Neural Euler's Method

\[mean = \frac{\displaystyle\sum_{i=1}^{n} x_{i}}{n}\]

In classical data modelling problems, we have N pairs of data (x_i, y_i) that are used in training of model. To make a prediction, we feed a new data point x_star into model to find y_star. We assume that there is an inherit relationship between pairs of (x,y). In other words, there is an unknown function F that maps X to Y. The machine learning approaches can be used to approximate the the function F.

How would we like to approximate F?

We can try to approximate the function F with curve fitting or neural networks. By using neural networks, we assume that there is a continous and differentiable relationship between x and y. Therefore, our approximation of F is differentiable. What about modelling derivative of F instead of itself? In terms of parametric efficiency, modeling the derivative is practical.

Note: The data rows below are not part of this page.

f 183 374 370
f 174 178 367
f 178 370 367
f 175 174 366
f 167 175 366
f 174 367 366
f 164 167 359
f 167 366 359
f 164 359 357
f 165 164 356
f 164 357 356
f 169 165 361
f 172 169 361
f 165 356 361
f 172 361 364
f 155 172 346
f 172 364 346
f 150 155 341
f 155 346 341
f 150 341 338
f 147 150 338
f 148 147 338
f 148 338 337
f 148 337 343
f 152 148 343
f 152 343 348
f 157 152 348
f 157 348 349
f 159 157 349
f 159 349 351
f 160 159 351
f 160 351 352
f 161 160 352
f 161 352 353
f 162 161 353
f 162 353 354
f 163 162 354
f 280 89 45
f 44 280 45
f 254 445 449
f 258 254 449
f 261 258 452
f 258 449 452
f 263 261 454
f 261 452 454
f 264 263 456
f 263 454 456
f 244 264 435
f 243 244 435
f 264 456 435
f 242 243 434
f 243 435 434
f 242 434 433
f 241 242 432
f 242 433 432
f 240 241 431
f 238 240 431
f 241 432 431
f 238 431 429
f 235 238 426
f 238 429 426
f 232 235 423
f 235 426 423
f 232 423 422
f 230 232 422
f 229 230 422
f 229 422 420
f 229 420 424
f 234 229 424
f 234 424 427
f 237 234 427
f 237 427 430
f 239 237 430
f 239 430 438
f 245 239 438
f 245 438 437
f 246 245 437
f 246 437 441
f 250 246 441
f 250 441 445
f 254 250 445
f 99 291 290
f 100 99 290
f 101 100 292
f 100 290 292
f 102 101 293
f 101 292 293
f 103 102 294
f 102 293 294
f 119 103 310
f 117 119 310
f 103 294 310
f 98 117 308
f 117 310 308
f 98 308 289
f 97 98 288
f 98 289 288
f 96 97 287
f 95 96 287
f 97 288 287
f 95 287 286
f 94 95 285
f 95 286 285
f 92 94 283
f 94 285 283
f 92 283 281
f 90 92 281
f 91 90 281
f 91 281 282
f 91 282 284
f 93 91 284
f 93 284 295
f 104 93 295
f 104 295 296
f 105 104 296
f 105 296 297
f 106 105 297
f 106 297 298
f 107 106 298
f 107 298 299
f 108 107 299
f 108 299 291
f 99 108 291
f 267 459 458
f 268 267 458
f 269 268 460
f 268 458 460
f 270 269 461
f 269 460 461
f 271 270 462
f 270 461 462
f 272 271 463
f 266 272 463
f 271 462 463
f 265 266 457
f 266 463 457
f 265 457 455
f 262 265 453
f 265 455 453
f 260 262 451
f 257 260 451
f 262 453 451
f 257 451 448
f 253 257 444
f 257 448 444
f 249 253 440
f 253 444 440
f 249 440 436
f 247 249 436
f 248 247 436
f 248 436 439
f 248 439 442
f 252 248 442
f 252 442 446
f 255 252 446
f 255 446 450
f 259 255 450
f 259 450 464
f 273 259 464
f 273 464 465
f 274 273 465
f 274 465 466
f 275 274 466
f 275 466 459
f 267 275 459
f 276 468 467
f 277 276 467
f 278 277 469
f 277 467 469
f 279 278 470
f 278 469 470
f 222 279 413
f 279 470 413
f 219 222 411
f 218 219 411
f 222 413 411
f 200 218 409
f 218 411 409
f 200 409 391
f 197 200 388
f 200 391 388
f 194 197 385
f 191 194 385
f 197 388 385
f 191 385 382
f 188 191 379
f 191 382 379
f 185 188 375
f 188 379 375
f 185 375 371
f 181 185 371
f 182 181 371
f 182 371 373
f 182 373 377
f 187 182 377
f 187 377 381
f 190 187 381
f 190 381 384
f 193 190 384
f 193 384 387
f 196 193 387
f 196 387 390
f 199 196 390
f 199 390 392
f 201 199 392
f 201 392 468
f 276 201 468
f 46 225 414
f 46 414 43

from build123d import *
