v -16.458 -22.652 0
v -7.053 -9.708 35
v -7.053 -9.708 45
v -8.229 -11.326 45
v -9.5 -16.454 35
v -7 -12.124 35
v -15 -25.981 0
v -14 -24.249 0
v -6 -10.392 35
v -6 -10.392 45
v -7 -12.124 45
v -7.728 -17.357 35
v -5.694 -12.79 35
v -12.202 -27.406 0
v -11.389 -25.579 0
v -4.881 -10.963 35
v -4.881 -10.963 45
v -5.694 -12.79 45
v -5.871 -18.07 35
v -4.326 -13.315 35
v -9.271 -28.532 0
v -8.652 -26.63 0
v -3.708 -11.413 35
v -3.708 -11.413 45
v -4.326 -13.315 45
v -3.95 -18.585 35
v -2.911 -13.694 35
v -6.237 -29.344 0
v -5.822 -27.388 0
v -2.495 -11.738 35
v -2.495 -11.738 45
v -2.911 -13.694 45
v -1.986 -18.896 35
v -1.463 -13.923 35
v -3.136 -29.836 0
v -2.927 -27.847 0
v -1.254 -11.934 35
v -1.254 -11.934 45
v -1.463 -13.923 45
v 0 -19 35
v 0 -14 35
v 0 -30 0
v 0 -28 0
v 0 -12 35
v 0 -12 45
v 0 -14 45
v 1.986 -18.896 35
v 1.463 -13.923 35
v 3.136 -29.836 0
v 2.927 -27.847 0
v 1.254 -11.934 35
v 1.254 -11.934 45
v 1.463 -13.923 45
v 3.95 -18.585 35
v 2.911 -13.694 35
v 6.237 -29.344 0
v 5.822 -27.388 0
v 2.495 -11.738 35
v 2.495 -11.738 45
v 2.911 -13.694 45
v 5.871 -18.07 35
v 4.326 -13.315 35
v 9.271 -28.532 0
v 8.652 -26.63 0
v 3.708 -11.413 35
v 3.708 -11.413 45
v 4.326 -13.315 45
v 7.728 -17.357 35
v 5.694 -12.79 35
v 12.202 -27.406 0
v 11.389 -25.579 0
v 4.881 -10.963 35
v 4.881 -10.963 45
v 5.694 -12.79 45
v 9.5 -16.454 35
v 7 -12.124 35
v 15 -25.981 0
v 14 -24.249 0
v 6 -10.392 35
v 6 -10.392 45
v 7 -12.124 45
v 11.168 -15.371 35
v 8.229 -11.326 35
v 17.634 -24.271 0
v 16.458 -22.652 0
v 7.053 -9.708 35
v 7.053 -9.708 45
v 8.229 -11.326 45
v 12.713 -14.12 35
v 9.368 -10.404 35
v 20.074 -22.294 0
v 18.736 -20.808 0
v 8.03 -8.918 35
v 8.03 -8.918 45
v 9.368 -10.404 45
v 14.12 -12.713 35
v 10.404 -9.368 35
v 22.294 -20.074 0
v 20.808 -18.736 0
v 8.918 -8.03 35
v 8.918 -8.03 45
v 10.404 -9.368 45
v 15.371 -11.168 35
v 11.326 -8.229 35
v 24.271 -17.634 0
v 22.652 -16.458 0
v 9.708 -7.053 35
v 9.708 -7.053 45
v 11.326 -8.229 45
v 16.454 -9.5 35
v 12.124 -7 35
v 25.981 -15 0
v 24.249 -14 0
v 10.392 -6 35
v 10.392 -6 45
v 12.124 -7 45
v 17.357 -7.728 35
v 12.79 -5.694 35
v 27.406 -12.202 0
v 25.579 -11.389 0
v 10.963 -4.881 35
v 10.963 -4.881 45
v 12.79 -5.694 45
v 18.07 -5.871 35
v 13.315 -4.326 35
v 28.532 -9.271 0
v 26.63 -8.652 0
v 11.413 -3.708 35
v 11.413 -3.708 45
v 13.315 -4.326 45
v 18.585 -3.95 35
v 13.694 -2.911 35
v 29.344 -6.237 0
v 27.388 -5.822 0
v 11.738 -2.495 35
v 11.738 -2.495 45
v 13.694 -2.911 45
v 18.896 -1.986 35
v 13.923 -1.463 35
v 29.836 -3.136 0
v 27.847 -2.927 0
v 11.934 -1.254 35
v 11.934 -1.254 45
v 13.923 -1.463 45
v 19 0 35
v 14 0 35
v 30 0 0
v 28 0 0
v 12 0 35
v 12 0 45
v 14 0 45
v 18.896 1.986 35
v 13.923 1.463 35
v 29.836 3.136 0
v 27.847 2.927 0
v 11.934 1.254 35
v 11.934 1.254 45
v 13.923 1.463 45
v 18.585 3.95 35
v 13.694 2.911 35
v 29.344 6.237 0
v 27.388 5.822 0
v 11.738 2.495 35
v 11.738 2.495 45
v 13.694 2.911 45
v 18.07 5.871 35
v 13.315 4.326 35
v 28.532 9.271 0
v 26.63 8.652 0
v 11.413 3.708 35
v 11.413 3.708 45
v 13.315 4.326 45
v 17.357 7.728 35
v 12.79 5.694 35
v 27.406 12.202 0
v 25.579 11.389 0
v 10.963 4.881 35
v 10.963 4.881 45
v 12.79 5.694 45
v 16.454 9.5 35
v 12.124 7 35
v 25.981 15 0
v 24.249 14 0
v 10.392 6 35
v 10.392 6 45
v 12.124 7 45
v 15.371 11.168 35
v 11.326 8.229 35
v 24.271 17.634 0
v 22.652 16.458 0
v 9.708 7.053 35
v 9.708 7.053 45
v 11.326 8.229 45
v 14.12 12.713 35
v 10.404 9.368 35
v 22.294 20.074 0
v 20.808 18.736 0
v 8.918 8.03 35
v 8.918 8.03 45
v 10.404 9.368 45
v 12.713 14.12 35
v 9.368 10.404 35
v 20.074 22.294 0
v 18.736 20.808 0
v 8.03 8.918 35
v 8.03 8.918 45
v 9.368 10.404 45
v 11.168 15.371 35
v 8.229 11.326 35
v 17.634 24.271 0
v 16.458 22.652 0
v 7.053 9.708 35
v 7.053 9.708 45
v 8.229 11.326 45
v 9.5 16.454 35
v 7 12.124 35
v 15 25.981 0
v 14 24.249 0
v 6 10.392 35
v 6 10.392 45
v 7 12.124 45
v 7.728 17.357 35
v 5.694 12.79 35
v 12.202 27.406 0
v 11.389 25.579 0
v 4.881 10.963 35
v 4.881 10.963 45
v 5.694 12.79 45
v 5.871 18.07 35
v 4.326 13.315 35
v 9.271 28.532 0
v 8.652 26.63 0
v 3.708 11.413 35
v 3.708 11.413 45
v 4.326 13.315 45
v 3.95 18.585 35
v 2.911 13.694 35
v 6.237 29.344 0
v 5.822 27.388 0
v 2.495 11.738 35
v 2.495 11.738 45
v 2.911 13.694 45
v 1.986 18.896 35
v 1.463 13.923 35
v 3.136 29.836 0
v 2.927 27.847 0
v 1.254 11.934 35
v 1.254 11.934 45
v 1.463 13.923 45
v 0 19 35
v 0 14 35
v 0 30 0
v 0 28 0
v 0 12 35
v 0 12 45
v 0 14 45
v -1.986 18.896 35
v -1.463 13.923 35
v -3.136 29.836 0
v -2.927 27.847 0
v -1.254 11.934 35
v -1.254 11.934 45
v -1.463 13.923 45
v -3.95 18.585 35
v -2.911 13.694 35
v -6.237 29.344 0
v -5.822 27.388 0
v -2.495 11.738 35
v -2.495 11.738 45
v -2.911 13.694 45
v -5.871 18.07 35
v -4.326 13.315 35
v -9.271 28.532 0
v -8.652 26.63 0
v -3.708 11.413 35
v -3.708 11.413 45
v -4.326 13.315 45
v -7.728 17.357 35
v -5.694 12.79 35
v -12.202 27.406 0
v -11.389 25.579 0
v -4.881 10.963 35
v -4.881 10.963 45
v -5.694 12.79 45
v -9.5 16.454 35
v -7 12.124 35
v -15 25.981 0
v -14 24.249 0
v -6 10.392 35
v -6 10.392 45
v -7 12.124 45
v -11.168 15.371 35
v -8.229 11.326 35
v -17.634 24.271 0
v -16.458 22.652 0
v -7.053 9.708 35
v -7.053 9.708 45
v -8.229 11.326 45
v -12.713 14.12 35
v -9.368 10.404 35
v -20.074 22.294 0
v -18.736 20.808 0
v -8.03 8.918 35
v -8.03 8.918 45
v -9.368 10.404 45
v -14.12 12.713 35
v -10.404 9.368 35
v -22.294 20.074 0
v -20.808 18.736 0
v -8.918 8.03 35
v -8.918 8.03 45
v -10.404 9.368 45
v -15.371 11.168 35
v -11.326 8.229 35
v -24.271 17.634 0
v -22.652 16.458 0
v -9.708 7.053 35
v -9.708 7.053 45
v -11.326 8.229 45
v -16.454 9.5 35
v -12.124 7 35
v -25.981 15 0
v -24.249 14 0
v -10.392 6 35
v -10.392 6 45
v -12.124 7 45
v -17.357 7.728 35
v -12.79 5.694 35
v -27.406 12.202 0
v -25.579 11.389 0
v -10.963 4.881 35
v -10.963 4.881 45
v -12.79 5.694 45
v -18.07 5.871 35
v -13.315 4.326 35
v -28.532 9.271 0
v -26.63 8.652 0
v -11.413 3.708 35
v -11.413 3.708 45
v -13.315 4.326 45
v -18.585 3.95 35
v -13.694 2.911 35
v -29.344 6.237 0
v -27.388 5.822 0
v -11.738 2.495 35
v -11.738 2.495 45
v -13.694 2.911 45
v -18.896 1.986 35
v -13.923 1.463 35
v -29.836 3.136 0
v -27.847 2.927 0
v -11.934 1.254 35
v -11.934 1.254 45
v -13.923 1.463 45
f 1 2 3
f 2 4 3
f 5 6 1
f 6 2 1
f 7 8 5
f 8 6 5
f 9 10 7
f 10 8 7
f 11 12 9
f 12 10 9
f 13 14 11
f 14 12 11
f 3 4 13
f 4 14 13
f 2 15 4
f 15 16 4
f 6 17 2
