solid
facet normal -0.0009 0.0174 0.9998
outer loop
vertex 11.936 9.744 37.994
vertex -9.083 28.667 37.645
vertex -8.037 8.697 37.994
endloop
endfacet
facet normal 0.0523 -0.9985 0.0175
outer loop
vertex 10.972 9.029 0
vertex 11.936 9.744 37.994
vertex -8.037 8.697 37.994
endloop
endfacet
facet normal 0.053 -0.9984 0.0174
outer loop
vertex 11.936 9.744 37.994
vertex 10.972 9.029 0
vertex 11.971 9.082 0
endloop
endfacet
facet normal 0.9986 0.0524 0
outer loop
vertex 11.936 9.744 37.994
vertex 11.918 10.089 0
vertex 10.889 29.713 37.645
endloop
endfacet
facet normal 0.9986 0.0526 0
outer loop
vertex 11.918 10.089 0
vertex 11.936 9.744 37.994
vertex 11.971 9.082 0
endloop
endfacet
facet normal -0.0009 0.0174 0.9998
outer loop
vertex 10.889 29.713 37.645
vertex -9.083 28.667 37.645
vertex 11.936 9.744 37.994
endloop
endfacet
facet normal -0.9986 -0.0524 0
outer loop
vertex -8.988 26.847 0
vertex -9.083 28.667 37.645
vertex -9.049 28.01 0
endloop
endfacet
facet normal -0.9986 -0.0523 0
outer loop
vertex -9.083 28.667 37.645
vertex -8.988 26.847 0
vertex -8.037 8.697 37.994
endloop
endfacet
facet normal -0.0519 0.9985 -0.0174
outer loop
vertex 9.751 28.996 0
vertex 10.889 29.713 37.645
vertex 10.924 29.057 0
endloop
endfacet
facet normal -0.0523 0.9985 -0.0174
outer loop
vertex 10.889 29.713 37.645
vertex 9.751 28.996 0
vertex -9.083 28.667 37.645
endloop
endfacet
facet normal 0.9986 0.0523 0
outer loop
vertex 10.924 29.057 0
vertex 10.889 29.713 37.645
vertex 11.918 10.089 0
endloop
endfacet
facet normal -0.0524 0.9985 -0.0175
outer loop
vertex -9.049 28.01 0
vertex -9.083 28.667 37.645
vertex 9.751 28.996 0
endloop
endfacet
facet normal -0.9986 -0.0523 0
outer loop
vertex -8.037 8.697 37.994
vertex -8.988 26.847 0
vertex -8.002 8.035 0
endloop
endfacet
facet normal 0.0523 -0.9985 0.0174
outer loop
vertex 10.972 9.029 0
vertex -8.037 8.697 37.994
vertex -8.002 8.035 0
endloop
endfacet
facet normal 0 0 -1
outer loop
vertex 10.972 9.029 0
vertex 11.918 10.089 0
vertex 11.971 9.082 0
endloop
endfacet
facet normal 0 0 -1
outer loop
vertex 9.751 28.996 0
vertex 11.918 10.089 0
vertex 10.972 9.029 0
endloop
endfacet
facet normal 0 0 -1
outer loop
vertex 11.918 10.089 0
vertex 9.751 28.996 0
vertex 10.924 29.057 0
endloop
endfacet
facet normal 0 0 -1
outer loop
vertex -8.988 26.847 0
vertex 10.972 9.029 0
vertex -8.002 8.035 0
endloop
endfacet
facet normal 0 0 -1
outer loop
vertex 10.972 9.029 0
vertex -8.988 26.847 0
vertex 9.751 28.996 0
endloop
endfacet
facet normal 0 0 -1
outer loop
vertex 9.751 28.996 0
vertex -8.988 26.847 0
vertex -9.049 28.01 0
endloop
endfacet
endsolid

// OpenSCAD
//import("3DBenchy.stl");
difference(){
translate([-8,8,-2])rotate([-1,0,3])cube([20,20,40]);
translate([-20,0,-50])cube(50);
}
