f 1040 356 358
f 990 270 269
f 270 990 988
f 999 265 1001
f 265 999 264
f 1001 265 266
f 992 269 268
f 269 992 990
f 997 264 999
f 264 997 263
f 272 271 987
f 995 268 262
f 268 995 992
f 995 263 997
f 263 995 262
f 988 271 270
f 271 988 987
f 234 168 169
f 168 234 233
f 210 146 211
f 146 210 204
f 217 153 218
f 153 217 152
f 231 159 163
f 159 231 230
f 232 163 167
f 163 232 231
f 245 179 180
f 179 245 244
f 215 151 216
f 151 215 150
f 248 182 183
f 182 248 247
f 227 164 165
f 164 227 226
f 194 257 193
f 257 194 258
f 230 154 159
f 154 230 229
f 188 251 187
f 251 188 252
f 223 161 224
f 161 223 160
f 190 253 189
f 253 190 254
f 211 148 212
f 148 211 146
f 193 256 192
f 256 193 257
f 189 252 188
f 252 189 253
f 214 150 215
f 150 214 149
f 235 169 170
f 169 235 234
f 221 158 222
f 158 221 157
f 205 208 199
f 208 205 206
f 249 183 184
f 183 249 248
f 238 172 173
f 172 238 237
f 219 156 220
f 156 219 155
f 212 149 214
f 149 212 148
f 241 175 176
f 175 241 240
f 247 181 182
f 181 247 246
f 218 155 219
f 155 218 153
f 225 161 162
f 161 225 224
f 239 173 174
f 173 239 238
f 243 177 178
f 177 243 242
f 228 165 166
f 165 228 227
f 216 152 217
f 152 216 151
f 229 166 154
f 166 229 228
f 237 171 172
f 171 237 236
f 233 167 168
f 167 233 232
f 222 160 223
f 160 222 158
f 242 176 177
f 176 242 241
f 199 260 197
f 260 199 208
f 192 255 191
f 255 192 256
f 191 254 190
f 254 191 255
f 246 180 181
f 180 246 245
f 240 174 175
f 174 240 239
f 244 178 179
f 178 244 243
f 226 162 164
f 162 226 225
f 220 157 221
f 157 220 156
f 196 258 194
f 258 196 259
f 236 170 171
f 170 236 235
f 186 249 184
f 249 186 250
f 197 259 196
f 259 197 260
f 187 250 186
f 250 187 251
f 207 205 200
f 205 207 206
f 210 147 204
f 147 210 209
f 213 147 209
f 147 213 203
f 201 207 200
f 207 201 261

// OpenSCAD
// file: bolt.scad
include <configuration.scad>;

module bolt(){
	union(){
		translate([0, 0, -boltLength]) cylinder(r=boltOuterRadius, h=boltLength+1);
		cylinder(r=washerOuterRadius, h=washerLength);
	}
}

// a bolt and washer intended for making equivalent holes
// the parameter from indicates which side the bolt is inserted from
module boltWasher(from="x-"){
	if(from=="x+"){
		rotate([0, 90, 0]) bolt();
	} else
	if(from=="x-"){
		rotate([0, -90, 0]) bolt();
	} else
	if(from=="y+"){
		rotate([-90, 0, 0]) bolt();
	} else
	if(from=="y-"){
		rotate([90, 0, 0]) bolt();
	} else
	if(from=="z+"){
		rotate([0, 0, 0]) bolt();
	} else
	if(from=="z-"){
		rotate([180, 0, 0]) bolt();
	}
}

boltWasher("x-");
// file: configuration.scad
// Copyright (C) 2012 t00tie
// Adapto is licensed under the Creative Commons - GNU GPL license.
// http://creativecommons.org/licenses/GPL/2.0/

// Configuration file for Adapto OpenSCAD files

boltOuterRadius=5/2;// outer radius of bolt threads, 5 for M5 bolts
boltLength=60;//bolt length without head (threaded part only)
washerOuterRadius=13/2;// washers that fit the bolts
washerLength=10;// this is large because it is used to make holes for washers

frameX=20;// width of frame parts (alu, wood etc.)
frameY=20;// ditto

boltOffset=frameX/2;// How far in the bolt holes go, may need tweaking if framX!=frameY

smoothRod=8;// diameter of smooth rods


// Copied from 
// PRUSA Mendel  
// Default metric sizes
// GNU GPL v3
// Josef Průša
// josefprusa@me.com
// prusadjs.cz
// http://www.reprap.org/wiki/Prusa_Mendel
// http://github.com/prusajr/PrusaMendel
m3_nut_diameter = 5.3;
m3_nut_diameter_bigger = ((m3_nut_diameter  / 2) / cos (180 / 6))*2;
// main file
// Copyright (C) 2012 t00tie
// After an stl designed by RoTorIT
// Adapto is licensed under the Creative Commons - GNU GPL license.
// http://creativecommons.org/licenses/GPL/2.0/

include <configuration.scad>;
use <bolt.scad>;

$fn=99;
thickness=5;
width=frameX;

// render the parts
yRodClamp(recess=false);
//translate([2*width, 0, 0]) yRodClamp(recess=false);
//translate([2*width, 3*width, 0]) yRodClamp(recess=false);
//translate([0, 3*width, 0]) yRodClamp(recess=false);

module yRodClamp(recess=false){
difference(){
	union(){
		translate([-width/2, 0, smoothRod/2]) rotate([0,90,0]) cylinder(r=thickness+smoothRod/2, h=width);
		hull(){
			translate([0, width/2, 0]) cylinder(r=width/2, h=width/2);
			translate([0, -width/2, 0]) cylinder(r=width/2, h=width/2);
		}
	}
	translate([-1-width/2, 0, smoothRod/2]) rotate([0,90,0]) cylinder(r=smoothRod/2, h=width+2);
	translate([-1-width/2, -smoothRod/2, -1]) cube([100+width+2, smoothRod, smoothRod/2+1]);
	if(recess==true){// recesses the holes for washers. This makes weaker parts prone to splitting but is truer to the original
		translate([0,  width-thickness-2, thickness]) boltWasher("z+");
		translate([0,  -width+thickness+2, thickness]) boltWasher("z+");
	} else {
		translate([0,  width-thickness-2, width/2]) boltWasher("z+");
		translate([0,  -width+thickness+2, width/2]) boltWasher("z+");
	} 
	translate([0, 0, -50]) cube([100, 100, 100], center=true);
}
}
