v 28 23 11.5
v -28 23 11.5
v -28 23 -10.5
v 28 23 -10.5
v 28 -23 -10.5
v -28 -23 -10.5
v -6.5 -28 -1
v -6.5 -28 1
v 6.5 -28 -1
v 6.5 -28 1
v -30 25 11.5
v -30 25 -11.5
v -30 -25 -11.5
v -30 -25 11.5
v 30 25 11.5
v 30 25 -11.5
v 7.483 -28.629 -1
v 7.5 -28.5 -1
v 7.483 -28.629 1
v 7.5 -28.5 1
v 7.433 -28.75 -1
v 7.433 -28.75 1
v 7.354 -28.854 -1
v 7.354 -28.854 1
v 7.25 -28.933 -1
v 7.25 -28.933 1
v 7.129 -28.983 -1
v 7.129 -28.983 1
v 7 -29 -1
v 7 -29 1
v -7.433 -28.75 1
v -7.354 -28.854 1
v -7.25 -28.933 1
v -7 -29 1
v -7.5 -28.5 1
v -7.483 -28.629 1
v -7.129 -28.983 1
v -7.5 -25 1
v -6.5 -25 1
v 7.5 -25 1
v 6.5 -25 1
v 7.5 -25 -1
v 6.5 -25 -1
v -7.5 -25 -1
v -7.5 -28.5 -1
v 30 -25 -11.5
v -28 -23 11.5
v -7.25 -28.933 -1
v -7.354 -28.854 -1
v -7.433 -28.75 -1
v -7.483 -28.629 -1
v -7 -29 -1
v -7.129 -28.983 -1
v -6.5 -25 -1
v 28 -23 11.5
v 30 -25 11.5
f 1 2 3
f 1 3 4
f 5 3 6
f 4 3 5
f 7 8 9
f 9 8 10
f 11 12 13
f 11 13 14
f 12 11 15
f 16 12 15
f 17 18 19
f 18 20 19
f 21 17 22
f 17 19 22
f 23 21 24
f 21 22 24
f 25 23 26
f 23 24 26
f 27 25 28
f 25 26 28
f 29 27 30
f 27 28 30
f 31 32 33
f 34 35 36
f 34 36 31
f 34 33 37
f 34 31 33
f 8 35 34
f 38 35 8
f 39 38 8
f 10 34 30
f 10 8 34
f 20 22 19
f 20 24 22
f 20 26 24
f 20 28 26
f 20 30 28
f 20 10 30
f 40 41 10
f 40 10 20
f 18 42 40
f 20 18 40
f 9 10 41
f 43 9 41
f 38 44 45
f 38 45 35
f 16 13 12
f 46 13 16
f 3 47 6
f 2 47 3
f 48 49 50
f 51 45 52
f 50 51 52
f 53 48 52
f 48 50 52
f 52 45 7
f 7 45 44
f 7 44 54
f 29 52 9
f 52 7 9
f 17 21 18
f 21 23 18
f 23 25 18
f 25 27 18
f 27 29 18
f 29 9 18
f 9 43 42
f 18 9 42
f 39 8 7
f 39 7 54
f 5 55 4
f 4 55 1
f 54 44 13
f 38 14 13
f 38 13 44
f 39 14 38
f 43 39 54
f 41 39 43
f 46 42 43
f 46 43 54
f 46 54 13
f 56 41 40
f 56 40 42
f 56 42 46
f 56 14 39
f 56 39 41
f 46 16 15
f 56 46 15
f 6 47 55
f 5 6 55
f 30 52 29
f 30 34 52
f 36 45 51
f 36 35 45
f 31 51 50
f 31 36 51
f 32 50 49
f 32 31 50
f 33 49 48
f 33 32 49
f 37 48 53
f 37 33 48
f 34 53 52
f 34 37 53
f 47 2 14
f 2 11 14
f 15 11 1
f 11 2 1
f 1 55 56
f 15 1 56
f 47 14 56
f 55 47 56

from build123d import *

# Parameters (mm, degrees)
F0_W     = 60
F0_H     = 23
F1_DEPTH = 25
F2_W     = 56
F2_H     = 46
F3_DEPTH = 22
F4_W     = 15
F4_H     = 2
F5_DEPTH = 4
F6_W     = 13
F6_H     = 3
F7_DEPTH = 2
F8_R     = 0.5


with BuildPart() as f1:
    # F0 (on Front) → F1 (new body, symmetric)
    with BuildSketch(Plane.XZ):
        Rectangle(F0_W, F0_H)
    extrude(amount=F1_DEPTH, both=True)

    # F2 (on face) → F3 (cut)
    with BuildSketch(Plane.XY.offset(11.5)):
        Rectangle(F2_W, F2_H)
    extrude(amount=-F3_DEPTH, mode=Mode.SUBTRACT)

    # F4 (on face) → F5 (join)
    with BuildSketch(Plane.XZ.offset(25)):
        Rectangle(F4_W, F4_H)
    extrude(amount=F5_DEPTH)

    # F6 (on face) → F7 (cut)
    with BuildSketch(Plane.XY.offset(1)):
        with Locations((0, -26.5)):
            Rectangle(F6_W, F6_H)
    extrude(amount=-F7_DEPTH, mode=Mode.SUBTRACT)

    # F8
    f8_edges = [f1.edges().sort_by_distance(p)[0] for p in [
        (-7.5, -29, 0),
        (7.5, -29, 0),
    ]]
    fillet(f8_edges, radius=F8_R)


solid = f1.part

\(F(x)=\int f(x) d x\) where $$ F^{\prime}(x)=f$ $

\[\frac{d y}{d x} \approx f(x, y)\]

We are planning the model the derivative of F, approximating an ODE that governs the function F. Solving the approximated ODE is equivalent of function approximation of F. We can utilize numerical methods to solve it since some ODE’s cannot be solved analytically. In this post, we will use a simple numerical method which is Euler’s Method.

What is Euler’s Method?

Euler Method is simply re-writing the basic definition of gradient at a point with a fixed step size \(\delta\).

\[\frac{d y}{d x} \approx \frac{y(x+\delta)-y(x)}{\delta}\] \[y(x+\delta)=y(x)+\delta \frac{d y}{d x}\]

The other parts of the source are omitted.